Non-prescription medications such as loperamide are not recommended by the Centers for Disease Control and Prevention for children below 6 years of age as they don't address the underlying cause of the condition. According to Benjamin Ortiz, M.D., a pediatrician in the Food and Drug Administration's Office of Pediatric Therapeutics, bismuth subsalicylate is not recommended in children below 12 years of age because its contents, including magnesium, aluminum, and bismuth, are not readily cleared from their bodies, making them more susceptible to harm.

Studies have shown that certain probiotic preparations such as Lactobacillus rhamnosus (a bacterium) and Saccharomyces boulardii (a yeast) may be effective at reducing the duration and severity of diarrhea in acute settings as a result of gastroenteritis, while other studies have found that the use of probiotics doesn't have an effect on the length of diarrhea in toddlers.

While treatments for chronic diarrhea of infancy aren't clear cut, it is crucial to address the complications of dehydration that may arise from chronic diarrhea with the American Academy of Pediatrics (AAP) guidelines recommendation of oral rehydration therapy (ORT). Oral rehydration solution (ORS), recommended by both AAP and the World Health Organization (WHO), must be composed of 50-90mEq/L sodium and 2% glucose or other complex carbohydrates. ORS is easily found in the US because it is available without a prescription. The typical amount of ORS administered is 50mL/kg over a 4-hour time period for mild dehydration and 100mL/kg over a 4-hour time period for moderate dehydration with an extra 10mL/kg for every loose stool. Repeat this administration regimen for as long as the signs and symptoms of dehydration continue. It is important to take measures early on to maintain hydration. Along with ORT, WHO recommends a 10-14 day course of 20 mg zinc tablet supplementation, stating it will shorten the length of diarrhea and potentially improving harmful outcomes.

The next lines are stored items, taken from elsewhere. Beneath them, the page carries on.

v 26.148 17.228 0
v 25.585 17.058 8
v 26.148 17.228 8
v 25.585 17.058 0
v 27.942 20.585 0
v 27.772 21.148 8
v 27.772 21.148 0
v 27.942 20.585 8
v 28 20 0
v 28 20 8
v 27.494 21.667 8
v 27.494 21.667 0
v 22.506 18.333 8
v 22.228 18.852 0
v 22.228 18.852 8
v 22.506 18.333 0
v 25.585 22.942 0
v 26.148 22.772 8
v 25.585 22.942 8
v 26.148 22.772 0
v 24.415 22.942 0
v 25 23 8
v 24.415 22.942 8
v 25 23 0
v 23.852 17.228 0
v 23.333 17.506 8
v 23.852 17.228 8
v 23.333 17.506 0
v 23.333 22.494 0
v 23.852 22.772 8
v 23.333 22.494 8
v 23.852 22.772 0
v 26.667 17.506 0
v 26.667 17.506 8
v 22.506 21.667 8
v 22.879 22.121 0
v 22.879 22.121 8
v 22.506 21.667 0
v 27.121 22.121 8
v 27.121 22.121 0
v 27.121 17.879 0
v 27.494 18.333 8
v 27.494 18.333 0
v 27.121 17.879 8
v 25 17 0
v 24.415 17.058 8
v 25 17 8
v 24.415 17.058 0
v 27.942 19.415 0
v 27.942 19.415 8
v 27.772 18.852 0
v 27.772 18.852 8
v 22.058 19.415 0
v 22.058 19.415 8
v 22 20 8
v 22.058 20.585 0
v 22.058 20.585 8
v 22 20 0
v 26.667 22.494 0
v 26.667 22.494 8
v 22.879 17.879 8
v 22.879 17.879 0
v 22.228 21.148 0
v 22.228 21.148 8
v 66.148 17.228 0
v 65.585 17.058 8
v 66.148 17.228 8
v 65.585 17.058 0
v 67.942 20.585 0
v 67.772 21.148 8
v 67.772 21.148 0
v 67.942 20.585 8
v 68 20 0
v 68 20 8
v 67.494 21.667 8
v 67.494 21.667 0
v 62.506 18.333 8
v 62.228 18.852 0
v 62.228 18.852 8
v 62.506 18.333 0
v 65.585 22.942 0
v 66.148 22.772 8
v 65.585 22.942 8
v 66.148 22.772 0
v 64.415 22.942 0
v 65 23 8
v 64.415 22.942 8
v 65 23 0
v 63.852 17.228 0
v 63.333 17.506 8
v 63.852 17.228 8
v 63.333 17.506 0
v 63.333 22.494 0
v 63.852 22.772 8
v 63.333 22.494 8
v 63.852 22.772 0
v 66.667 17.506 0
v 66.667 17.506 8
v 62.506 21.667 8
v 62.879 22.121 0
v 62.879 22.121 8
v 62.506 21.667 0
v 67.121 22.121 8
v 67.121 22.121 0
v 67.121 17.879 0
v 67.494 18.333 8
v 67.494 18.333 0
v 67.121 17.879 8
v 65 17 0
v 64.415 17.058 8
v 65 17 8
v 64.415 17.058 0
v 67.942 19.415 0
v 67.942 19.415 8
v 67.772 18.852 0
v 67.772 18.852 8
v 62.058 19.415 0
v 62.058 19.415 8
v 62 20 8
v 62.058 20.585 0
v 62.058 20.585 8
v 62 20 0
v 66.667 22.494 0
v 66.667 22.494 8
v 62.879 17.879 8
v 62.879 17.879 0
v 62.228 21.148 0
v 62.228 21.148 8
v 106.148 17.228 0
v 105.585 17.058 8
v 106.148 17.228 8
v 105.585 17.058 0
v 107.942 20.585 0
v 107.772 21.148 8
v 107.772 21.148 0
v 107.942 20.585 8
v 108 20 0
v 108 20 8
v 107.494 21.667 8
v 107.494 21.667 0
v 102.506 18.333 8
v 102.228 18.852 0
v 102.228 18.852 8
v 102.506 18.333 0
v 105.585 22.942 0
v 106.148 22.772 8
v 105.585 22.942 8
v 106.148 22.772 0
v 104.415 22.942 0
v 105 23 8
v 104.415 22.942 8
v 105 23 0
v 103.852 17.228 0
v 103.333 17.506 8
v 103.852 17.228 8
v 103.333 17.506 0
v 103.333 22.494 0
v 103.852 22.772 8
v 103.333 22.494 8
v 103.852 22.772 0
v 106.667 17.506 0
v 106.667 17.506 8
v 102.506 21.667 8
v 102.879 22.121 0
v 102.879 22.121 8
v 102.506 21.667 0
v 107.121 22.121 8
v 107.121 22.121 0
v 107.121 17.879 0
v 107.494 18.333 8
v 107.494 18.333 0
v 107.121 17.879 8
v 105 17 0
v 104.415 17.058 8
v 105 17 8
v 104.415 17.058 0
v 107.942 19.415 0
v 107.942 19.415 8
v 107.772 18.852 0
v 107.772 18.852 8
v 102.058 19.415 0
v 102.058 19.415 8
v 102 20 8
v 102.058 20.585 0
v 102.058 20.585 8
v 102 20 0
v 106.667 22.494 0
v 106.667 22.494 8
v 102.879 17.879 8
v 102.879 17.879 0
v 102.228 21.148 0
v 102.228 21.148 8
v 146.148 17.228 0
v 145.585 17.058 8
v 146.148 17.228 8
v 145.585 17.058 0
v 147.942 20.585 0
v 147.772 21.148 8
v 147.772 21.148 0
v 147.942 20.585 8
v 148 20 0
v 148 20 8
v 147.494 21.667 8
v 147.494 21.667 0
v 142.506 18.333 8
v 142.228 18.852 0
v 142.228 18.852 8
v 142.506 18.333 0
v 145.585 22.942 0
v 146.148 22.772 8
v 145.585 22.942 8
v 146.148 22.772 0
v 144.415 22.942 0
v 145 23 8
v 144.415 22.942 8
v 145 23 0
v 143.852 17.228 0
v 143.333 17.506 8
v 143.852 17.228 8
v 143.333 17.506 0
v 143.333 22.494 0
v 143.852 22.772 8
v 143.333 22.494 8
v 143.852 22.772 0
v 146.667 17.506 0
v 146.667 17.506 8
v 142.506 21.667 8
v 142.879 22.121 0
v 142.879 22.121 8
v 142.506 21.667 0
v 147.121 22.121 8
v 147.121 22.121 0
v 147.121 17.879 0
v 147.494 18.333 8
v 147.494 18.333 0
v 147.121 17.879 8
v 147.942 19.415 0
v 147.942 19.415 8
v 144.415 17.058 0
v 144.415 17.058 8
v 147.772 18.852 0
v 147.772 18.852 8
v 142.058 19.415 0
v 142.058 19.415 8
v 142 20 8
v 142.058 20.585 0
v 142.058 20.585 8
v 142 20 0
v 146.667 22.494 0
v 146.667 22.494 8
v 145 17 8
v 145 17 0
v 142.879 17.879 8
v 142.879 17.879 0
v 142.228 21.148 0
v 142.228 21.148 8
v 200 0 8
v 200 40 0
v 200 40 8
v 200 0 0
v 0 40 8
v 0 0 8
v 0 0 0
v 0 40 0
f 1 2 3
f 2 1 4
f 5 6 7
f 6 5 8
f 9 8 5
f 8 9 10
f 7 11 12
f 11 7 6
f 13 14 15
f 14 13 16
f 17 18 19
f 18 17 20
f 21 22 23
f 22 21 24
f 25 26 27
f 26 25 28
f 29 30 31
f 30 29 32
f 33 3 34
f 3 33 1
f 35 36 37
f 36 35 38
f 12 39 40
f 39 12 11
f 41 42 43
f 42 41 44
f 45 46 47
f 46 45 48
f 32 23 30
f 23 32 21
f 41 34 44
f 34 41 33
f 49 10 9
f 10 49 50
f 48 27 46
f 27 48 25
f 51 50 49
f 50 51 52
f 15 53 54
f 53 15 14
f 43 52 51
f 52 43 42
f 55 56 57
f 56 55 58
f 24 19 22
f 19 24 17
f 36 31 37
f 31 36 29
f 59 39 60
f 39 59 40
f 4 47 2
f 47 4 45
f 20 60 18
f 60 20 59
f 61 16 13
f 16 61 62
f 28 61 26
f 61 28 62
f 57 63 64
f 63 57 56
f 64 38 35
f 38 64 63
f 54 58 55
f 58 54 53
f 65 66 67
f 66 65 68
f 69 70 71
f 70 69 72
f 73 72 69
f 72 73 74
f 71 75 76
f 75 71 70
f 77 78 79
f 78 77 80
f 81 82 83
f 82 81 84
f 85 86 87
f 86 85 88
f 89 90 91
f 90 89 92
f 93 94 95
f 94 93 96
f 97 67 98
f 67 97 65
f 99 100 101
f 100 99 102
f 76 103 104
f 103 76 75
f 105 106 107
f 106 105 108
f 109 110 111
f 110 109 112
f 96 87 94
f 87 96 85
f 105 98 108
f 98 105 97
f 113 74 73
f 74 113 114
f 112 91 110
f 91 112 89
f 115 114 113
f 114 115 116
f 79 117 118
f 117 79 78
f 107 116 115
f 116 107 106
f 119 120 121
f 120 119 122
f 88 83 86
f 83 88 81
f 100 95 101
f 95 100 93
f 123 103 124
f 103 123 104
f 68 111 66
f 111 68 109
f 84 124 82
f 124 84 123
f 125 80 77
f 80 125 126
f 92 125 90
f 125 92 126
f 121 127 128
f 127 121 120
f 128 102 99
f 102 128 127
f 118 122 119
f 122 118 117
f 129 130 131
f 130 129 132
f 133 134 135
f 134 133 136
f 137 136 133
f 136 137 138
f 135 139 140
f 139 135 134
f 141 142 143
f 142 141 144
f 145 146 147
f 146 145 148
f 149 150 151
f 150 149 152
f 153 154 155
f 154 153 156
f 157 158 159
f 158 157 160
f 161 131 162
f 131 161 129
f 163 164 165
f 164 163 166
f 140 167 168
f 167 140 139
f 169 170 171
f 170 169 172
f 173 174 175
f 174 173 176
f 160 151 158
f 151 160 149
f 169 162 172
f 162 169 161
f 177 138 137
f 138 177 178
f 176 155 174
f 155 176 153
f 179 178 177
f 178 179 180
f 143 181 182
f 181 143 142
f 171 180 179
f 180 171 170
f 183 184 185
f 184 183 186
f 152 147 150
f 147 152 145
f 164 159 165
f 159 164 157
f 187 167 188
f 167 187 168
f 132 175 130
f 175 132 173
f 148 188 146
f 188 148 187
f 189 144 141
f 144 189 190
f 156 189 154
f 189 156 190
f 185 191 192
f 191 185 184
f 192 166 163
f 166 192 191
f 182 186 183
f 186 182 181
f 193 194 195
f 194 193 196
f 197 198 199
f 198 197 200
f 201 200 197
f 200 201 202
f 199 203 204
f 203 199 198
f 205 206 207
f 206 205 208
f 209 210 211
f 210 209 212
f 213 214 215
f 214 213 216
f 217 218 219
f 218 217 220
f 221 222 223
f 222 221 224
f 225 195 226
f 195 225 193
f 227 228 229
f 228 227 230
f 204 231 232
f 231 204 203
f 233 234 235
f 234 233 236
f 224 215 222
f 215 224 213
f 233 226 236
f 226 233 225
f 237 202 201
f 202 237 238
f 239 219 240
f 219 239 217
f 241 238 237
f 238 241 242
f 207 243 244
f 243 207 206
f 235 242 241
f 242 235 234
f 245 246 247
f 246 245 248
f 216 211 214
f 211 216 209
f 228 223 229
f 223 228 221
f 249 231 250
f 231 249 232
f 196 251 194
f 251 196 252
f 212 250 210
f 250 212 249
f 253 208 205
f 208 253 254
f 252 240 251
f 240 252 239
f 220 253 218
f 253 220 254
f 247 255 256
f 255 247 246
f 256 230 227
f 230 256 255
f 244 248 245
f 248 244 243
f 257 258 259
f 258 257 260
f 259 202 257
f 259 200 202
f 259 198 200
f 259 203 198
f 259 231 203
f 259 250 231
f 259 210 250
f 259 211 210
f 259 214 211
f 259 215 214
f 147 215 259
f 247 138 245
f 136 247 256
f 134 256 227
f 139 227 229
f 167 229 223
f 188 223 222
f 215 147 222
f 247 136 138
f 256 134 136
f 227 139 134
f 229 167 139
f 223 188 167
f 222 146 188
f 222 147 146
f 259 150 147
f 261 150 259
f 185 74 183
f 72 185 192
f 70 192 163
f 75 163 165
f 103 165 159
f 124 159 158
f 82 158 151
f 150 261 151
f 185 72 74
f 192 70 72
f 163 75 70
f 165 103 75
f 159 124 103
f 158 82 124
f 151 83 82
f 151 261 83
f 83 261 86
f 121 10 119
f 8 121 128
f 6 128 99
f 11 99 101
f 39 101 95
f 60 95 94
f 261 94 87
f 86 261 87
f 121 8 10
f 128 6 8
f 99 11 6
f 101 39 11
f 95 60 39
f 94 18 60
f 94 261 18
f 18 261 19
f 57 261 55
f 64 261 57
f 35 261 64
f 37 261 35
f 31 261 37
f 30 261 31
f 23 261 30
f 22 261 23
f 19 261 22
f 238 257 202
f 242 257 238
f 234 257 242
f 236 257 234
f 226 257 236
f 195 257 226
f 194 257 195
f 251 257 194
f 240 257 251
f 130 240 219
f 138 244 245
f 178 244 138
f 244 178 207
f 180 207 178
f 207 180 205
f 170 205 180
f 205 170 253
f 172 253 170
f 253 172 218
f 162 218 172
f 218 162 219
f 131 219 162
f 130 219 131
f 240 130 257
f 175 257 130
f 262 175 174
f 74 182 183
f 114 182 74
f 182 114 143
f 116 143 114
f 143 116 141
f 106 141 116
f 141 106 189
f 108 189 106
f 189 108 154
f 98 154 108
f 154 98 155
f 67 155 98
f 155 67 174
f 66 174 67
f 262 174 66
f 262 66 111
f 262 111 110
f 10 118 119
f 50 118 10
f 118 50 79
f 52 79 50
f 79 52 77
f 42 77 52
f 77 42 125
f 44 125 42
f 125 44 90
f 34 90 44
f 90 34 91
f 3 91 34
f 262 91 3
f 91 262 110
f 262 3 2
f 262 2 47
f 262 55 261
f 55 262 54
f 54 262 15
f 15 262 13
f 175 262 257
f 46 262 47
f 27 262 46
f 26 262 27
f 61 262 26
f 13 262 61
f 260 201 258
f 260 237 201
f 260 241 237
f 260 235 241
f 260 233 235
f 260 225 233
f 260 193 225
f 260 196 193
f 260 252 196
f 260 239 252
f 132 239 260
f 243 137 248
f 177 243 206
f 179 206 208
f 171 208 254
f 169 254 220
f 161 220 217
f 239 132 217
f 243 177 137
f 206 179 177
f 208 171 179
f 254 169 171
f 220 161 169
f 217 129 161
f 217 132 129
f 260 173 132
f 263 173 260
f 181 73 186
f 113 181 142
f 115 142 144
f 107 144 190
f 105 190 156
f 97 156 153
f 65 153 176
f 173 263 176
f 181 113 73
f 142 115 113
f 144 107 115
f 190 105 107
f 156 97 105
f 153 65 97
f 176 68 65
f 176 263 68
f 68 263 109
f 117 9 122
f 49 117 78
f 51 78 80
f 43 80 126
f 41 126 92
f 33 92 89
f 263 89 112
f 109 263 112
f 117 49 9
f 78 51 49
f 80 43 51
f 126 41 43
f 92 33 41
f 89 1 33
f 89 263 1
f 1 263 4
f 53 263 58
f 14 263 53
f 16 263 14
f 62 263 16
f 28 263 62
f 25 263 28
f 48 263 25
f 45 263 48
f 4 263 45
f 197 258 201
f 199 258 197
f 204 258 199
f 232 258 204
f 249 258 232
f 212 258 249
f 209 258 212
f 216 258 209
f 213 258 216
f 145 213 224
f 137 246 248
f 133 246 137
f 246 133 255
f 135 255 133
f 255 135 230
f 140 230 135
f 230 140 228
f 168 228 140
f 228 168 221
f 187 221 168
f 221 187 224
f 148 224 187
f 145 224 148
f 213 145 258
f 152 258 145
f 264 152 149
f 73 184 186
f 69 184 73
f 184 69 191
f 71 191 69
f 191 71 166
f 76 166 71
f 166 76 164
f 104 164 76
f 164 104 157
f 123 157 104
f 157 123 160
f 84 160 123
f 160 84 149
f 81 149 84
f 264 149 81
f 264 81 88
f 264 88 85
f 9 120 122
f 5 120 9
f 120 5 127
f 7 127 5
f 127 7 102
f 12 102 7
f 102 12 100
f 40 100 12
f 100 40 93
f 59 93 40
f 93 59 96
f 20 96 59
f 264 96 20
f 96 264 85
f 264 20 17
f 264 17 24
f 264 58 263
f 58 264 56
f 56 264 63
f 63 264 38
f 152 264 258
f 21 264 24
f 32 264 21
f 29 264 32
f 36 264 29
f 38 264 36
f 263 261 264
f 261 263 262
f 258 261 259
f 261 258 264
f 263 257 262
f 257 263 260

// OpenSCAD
$fn = 32;

// ----------------------------------------------------------------------
// Long rail: 200-250 mm mounting rail
// ----------------------------------------------------------------------

// --- parameters (mm) ---
rail_l = 200;             // rail length, X
rail_w = 40;              // rail width, Y
rail_t = 8;               // rail thickness, Z
hole_d = 6;               // mounting hole diameter
hole_start = 25;          // first hole offset from the end
hole_pitch = 40;          // hole pitch
holes = 4;                // number of holes

difference() {
  cube([rail_l, rail_w, rail_t]);
  for (i = [0 : holes - 1])
    translate([hole_start + i * hole_pitch, rail_w / 2, -1])
      cylinder(h = rail_t + 2, d = hole_d);
}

The NIDDK recommends a visit to the doctor when a child experiences stools containing pus or blood (black, tarry, or coffee ground-like appearance), signs of dehydration, diarrhea longer than 24 hours, or a fever of 102 degrees or more.

== Epidemiology ==
Diarrheal illness in children accounts for 1.5 to 2.5 million deaths per year worldwide. It is responsible for the secondary cause of mortality among children less than 5 years of age surpassing the combined childhood deaths from malaria, measles, and AIDS. In 2009, the World Health Organization (WHO)/United Nations International Children's Emergency Fund (UNICEF) reported 2.5 billion cases of diarrhea in children less than 5 years old. More than half of the cases occurred in Africa and South Asia. It is estimated that Africa and South Asia comprise more than 80% of deaths from diarrhea in children. In fact, about 75% of the childhood deaths from diarrhea come from only 15 countries. According to the World Health Organization (WHO), the proportion of deaths attributable to diarrheal illness among children less than 5 years of age was 13.2% in 2002. Half of these childhood deaths were due to chronic diarrheal causes.

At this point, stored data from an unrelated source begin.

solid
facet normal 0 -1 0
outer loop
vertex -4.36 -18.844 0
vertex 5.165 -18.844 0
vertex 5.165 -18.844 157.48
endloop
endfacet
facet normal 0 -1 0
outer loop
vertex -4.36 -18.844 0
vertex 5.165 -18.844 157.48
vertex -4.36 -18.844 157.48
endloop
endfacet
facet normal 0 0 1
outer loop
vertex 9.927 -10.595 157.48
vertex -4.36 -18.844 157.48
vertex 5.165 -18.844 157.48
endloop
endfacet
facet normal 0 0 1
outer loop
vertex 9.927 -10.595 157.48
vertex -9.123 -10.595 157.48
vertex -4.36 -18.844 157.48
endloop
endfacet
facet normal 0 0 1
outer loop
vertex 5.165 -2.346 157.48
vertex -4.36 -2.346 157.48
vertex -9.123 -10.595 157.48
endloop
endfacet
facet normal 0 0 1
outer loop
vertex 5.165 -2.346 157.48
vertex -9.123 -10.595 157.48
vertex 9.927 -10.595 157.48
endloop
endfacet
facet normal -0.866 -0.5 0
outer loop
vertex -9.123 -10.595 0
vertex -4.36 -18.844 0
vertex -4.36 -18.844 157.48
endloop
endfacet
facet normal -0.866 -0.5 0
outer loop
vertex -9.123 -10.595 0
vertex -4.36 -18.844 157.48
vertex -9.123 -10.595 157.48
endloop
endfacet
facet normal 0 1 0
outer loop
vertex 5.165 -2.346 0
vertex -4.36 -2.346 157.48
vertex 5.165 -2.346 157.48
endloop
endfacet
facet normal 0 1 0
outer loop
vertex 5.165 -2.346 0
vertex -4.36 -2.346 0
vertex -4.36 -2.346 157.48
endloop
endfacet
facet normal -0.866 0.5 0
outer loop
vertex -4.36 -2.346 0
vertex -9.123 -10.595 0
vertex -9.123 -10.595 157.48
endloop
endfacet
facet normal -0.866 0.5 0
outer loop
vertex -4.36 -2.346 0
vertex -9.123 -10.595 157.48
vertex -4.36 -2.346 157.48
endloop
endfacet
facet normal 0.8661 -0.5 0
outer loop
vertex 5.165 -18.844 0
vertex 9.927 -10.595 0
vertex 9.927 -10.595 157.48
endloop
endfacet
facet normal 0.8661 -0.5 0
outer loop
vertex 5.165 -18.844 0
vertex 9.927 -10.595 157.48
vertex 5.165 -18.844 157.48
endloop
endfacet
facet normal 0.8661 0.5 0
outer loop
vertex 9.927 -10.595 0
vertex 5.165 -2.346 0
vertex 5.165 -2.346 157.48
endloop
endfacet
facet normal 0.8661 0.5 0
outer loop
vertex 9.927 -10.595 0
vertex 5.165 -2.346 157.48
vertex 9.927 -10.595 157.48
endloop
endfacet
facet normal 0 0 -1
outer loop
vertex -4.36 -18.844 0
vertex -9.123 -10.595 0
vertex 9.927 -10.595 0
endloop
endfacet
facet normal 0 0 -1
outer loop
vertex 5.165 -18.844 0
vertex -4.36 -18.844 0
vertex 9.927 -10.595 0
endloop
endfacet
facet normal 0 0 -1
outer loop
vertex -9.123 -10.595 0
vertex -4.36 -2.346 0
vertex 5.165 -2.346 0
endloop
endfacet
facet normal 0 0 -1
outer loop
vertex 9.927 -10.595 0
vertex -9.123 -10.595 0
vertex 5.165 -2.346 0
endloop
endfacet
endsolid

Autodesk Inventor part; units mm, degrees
ref_plane "YZ Plane" through (0, 0, 0) normal (1, 0, 0) x (0, 1, 0)
ref_plane "XZ Plane" through (0, 0, 0) normal (0, 1, 0) x (-1, 0, 0)
ref_plane "XY Plane" through (0, 0, 0) normal (0, 0, 1) x (1, 0, 0)
sketch "Sketch1" plane through (0, 0, 0) normal (0, 0, 1) x (1, 0, 0)
  line L0 (-4.3602, -2.3462) -> (5.1648, -2.3462)
  line L1 (5.1648, -2.3462) -> (9.9273, -10.5951)
  line L2 (9.9273, -10.5951) -> (5.1648, -18.844)
  line L3 (5.1648, -18.844) -> (-4.3602, -18.844)
  line L4 (-4.3602, -18.844) -> (-9.1227, -10.5951)
  line L5 (-9.1227, -10.5951) -> (-4.3602, -2.3462)
  point P0 (0, 0)
  dimension "d0" = 9.525
  dimension "d1" = 9.525
  dimension "d2" = 9.525
  dimension "d3" = 9.525
  dimension "d4" = 9.525
  dimension "d6" = 9.525
  dimension "d7" = 120
  dimension "d8" = 120
  dimension "d9" = 120
  dimension "d10" = 120
  dimension "d11" = 120
extrude "Extrusion1" add sketch "Sketch1" along normal blind 157.48
properties part number "hex shaft"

Worldwide, studies estimate that diarrheal illness affects 3 to 20% of children under the age of 5 with an incidence of 2.7 episodes of diarrhea per child-year. Developing nations experience higher burden of disease and mortality from chronic diarrhea in children compared to developed nations. In the United States, it is reported that 15 to 20% of young children have an episode of acute diarrhea each year. Compared to worldwide estimates, the United States has a lower incidence rate of chronic diarrhea in young children reported at 0.18 episodes per child year. In pediatrics, diarrhea is a common complaint making up 9% of U.S. hospital visits for children less than 5 years old. In contrast to resource-poor nations, resource-rich nations such as the United States experience less chronic diarrhea severity. In the United States, approximately a quarter of chronic diarrhea cases in young children seek medical care and less than 1% of cases are hospitalized.